The first panel shows two figures of Nastagio, at the left, in the pine wood, with the naked woman running towards him, a mastiff ainking its teeth into her buttock. Behind them, at the right, is Guido, his sword in hand ready to kill the woman when he catches her. In the distance is a coastal landscape intended to locate this near Ravenna, which is close to the Adriatic, although I think that this is idealised rather than representative.
Botticelli continues to tell the story using multiplex (‘continuous’) narrative in the second painting. The dead Guido has now caught the dead woman, killed her with his rapier, and with her lying on her face, he is cutting her back open to remove her cold heart. His dogs are already eating her organs at the right, and Nastagio is visibly distressed at the left.

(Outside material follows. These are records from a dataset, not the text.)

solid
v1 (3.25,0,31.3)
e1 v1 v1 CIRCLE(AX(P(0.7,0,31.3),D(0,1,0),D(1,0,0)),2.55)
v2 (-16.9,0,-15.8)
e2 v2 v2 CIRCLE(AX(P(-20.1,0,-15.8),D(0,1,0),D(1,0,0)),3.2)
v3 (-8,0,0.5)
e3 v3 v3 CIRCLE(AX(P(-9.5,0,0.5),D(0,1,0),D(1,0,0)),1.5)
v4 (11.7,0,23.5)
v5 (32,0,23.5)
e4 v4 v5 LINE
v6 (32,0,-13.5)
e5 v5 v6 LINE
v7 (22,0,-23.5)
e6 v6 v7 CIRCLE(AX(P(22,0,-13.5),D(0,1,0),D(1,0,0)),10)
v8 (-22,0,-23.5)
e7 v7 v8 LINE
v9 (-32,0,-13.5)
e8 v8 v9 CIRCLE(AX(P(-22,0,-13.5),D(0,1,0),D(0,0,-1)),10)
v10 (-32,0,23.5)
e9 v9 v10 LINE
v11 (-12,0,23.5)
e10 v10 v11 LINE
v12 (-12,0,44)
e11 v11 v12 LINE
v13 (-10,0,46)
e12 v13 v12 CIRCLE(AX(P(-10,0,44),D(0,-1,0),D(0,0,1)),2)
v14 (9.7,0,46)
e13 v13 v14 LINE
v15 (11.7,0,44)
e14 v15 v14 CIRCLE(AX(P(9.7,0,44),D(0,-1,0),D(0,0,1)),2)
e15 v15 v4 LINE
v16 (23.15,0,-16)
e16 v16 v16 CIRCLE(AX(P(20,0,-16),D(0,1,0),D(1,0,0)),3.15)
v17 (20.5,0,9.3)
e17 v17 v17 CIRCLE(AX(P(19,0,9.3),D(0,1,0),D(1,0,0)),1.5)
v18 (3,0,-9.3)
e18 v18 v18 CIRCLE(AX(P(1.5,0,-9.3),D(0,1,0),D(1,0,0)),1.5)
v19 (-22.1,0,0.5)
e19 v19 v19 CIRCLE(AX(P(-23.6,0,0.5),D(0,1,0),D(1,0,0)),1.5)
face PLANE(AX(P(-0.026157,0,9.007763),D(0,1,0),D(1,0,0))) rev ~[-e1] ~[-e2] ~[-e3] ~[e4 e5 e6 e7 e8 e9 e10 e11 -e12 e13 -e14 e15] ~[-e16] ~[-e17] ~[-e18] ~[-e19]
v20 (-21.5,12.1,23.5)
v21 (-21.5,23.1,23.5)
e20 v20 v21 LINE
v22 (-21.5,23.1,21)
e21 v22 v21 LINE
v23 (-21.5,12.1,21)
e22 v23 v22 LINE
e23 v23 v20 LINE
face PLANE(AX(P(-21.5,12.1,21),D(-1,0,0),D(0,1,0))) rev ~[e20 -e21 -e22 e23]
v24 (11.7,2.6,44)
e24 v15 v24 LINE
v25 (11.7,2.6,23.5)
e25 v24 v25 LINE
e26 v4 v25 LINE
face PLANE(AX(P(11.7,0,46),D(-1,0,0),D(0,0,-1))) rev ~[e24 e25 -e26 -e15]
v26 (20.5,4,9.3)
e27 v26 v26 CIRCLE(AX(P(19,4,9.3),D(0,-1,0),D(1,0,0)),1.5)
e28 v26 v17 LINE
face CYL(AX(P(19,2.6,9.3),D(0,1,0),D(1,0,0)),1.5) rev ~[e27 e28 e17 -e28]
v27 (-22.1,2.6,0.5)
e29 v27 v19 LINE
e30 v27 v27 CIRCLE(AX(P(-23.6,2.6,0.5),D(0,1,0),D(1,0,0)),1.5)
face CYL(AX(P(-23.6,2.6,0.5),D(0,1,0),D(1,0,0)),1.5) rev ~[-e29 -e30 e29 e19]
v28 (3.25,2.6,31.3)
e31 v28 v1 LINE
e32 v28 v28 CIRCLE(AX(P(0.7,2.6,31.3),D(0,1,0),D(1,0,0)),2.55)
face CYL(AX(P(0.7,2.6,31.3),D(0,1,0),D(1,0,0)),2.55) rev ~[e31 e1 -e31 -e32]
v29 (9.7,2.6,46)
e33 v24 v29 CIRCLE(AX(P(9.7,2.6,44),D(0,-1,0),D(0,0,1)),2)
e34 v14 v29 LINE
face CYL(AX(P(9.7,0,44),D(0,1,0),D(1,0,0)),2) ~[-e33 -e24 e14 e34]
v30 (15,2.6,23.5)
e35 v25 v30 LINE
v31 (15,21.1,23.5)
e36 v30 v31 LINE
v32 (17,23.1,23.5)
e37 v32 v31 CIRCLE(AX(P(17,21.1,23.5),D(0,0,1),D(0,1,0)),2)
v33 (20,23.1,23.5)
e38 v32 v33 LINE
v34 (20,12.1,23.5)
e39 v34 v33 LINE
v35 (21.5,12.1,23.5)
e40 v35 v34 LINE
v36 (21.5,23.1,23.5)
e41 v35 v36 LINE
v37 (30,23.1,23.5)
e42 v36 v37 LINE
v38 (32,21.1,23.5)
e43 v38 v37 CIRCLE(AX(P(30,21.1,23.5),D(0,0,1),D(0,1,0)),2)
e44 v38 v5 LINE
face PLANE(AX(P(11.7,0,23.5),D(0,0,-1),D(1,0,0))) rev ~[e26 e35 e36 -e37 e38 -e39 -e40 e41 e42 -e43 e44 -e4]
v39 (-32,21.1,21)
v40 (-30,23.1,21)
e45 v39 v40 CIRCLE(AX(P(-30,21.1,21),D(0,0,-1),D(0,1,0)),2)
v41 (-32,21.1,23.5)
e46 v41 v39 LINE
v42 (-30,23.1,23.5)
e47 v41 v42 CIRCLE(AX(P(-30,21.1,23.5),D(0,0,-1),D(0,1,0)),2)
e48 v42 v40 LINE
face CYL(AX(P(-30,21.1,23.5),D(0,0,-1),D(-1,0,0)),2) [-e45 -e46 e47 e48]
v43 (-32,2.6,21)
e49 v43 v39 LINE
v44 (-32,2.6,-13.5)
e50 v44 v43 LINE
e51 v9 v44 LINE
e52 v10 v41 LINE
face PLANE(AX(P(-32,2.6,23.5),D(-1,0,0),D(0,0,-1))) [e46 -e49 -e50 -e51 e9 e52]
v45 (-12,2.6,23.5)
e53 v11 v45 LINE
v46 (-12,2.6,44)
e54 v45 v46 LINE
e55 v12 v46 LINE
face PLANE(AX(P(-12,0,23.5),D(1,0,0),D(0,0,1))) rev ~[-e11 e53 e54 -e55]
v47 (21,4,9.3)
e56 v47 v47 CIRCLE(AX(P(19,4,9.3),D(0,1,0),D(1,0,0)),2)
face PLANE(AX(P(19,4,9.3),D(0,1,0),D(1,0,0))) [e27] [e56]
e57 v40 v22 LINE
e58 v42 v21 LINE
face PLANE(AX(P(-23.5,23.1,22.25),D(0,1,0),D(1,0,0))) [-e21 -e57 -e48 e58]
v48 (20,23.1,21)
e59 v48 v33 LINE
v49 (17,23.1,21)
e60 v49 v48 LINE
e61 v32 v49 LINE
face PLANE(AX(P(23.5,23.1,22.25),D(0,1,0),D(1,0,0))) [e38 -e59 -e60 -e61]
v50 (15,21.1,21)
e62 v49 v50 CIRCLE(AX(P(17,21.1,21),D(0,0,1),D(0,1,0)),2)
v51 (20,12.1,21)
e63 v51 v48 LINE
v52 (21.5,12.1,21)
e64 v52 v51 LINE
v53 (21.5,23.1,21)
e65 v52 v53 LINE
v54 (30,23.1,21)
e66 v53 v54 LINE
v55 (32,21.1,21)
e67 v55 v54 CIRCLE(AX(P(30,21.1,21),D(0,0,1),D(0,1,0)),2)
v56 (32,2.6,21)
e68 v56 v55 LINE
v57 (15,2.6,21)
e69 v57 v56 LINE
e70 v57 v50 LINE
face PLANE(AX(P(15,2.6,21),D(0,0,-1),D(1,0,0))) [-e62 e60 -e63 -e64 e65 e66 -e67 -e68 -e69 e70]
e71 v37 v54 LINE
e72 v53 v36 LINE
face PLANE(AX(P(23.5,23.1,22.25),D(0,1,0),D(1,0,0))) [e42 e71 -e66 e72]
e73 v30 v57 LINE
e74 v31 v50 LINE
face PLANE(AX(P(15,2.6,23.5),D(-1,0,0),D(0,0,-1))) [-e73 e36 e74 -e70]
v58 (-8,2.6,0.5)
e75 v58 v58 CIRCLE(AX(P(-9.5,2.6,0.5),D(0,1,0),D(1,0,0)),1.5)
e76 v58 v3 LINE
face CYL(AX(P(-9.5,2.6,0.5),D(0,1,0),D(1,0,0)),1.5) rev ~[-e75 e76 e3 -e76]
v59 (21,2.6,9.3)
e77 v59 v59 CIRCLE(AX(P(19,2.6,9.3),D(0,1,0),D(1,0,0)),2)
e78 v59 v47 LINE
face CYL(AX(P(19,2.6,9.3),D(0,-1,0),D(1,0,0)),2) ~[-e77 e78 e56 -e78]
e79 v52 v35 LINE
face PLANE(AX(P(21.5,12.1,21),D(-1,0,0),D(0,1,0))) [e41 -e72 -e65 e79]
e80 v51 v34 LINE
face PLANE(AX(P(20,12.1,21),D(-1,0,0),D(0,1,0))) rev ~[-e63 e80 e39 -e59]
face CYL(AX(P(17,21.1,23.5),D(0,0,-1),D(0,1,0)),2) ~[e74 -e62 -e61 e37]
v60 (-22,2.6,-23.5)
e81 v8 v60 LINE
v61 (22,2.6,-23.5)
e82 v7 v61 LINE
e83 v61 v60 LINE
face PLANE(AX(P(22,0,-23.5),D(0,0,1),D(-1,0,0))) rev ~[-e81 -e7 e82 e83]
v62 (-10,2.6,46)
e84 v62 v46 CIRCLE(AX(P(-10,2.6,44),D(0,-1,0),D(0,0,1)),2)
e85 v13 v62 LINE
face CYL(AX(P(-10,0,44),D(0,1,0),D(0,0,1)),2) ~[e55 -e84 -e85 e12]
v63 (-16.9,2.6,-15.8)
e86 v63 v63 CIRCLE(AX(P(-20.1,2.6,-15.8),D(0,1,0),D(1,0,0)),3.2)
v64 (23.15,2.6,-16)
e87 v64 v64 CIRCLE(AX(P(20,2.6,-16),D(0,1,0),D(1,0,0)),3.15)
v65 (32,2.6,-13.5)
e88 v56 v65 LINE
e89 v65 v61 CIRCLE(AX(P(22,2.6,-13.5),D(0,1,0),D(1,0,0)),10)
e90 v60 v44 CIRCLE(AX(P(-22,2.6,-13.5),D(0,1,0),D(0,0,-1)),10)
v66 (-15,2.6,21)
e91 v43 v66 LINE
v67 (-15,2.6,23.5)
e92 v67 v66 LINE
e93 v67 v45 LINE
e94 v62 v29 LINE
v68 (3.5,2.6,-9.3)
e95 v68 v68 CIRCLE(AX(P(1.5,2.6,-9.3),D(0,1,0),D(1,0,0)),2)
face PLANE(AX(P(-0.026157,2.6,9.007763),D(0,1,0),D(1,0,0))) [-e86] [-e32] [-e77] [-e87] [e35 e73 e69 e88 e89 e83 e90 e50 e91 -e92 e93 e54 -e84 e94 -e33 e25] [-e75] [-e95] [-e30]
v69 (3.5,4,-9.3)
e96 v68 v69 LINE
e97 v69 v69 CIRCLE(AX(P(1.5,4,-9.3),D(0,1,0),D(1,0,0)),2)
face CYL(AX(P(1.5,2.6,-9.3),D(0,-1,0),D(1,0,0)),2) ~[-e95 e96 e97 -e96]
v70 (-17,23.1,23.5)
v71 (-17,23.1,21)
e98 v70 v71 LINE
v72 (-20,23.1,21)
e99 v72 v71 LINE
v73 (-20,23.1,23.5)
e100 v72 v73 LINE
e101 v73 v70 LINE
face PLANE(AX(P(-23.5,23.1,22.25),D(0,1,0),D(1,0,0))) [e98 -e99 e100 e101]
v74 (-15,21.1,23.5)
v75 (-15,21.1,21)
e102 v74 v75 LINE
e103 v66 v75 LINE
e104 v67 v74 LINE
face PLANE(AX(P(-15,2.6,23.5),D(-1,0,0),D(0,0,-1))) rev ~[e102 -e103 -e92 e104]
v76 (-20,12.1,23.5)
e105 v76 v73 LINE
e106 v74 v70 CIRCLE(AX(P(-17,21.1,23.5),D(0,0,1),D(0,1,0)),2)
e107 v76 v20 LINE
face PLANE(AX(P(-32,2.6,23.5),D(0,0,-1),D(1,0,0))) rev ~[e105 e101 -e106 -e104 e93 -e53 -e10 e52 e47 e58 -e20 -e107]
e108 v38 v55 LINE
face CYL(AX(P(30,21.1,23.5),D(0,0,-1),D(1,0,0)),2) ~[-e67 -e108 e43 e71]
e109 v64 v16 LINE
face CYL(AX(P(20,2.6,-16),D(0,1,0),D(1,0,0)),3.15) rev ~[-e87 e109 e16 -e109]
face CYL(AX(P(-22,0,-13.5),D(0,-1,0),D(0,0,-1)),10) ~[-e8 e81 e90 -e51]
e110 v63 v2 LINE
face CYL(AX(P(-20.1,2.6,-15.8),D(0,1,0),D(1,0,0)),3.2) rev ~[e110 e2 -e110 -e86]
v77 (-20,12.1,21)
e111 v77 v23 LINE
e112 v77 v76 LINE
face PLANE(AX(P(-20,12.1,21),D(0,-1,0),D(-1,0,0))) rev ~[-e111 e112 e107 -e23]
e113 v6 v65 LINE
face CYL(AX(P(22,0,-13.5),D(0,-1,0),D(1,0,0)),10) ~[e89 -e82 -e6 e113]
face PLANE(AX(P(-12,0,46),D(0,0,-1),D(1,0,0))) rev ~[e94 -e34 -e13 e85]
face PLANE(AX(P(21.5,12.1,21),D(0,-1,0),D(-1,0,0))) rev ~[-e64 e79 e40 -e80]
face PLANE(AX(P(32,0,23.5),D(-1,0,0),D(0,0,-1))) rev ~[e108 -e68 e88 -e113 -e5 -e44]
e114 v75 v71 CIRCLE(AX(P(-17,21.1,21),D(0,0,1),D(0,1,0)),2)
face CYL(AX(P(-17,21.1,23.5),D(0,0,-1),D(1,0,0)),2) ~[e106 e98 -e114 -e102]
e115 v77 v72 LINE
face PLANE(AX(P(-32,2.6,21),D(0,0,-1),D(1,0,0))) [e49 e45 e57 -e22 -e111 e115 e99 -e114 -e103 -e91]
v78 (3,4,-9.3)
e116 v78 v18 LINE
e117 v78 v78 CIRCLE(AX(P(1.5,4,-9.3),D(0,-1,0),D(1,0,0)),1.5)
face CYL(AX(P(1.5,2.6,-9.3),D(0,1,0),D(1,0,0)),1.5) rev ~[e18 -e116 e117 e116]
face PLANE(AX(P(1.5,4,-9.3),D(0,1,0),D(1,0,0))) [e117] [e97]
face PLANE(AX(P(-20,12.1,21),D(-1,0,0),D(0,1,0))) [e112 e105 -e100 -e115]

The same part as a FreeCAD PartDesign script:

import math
import FreeCAD as App
import Part
import Sketcher
from FreeCAD import Vector


def edges_at(feature, points):
    """Names of the edges that pass closest to the given points."""
    edges = feature.Shape.Edges
    near = lambda p: min(range(len(edges)), key=lambda i: edges[i].distToShape(Part.Vertex(*p))[0])
    return sorted({f"Edge{near(p) + 1}" for p in points})

doc = App.newDocument("Part")
body = doc.addObject("PartDesign::Body", "Body")

# Sketch on XZ plane
sketch1 = body.newObject("Sketcher::SketchObject", "Sketch")
sketch1.AttachmentSupport = (doc.getObject("XZ_Plane"), [""])
sketch1.MapMode = "FlatFace"
sketch1.addGeometry(Part.LineSegment(Vector(12, 24, 0), Vector(32, 24, 0)), False)
sketch1.addGeometry(Part.LineSegment(Vector(32, 24, 0), Vector(32, -14, 0)), False)
sketch1.addGeometry(Part.ArcOfCircle(Part.Circle(Vector(22, -14, 0), Vector(0, 0, 1), 10), math.radians(-90), math.radians(0)), False)
sketch1.addGeometry(Part.LineSegment(Vector(22, -24, 0), Vector(-22, -24, 0)), False)
sketch1.addGeometry(Part.ArcOfCircle(Part.Circle(Vector(-22, -14, 0), Vector(0, 0, 1), 10), math.radians(180), math.radians(270)), False)
sketch1.addGeometry(Part.LineSegment(Vector(-32, -14, 0), Vector(-32, 24, 0)), False)
sketch1.addGeometry(Part.LineSegment(Vector(-32, 24, 0), Vector(-12, 24, 0)), False)
sketch1.addGeometry(Part.LineSegment(Vector(-12, 24, 0), Vector(-12, 46, 0)), False)
sketch1.addGeometry(Part.LineSegment(Vector(-12, 46, 0), Vector(12, 46, 0)), False)
sketch1.addGeometry(Part.LineSegment(Vector(12, 46, 0), Vector(12, 24, 0)), False)
sketch1.addConstraint(Sketcher.Constraint("Coincident", 0, 2, 1, 1))
sketch1.addConstraint(Sketcher.Constraint("Tangent", 1, 2, 2, 2))
sketch1.addConstraint(Sketcher.Constraint("Tangent", 2, 1, 3, 1))
sketch1.addConstraint(Sketcher.Constraint("Tangent", 3, 2, 4, 2))
sketch1.addConstraint(Sketcher.Constraint("Tangent", 4, 1, 5, 1))
sketch1.addConstraint(Sketcher.Constraint("Coincident", 5, 2, 6, 1))
sketch1.addConstraint(Sketcher.Constraint("Coincident", 6, 2, 7, 1))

Behind that composite scene is an earlier scene of Guido and his dogs still in pursuit of the woman, which precedes the image of the first painting in the series.
In the third painting, Botticelli shows the breakfast banquet a week later, with the dead woman being attacked by Guido’s dogs, and Guido himself about to catch and kill her, in front of Nastagio’s guests.
Nastagio’s love is sitting at the table on the left, from which all the women are rising in distress at the sight, spilling their food in front of them.
The fourth and final panel shows Nastagio’s wedding, the bride and her women sitting to the left, and the men to the right, in formal symmetry. The groom is sat on the other side of the same table as the bride.
Botticelli’s series seems to have been quite celebrated, and not too long afterwards, Ghirlandaio, another Florentine master, was asked to paint not copies, but in the manner of Botticelli’s series. Two have survived, and are now both in the US.
Ghirlandaio’s first panel, now in the Brooklyn Museum, is based on Botticelli’s first, with the addition of an extra scene to its multiplex narrative. Up in the right, he adds the scene from Botticelli’s second panel, showing Guido cutting out the dead woman’s heart through her back.
Ghirlandaio’s second panel shows an almost identical breakfast banquet to that in Botticelli’s third panel. This is now in the Philadelphia Museum of Art. I don’t know whether Ghirlandaio’s series extended to a third, completing the story with the marriage feast of Nastagio.
Boccaccio’s strange tale, twisted from source material by Dante, resulted in even more curious paintings. Today we might be only to happy to watch it in a horror movie, but seeing it come to life in a series of panels as a wedding gift? That has to be late Middle Ages.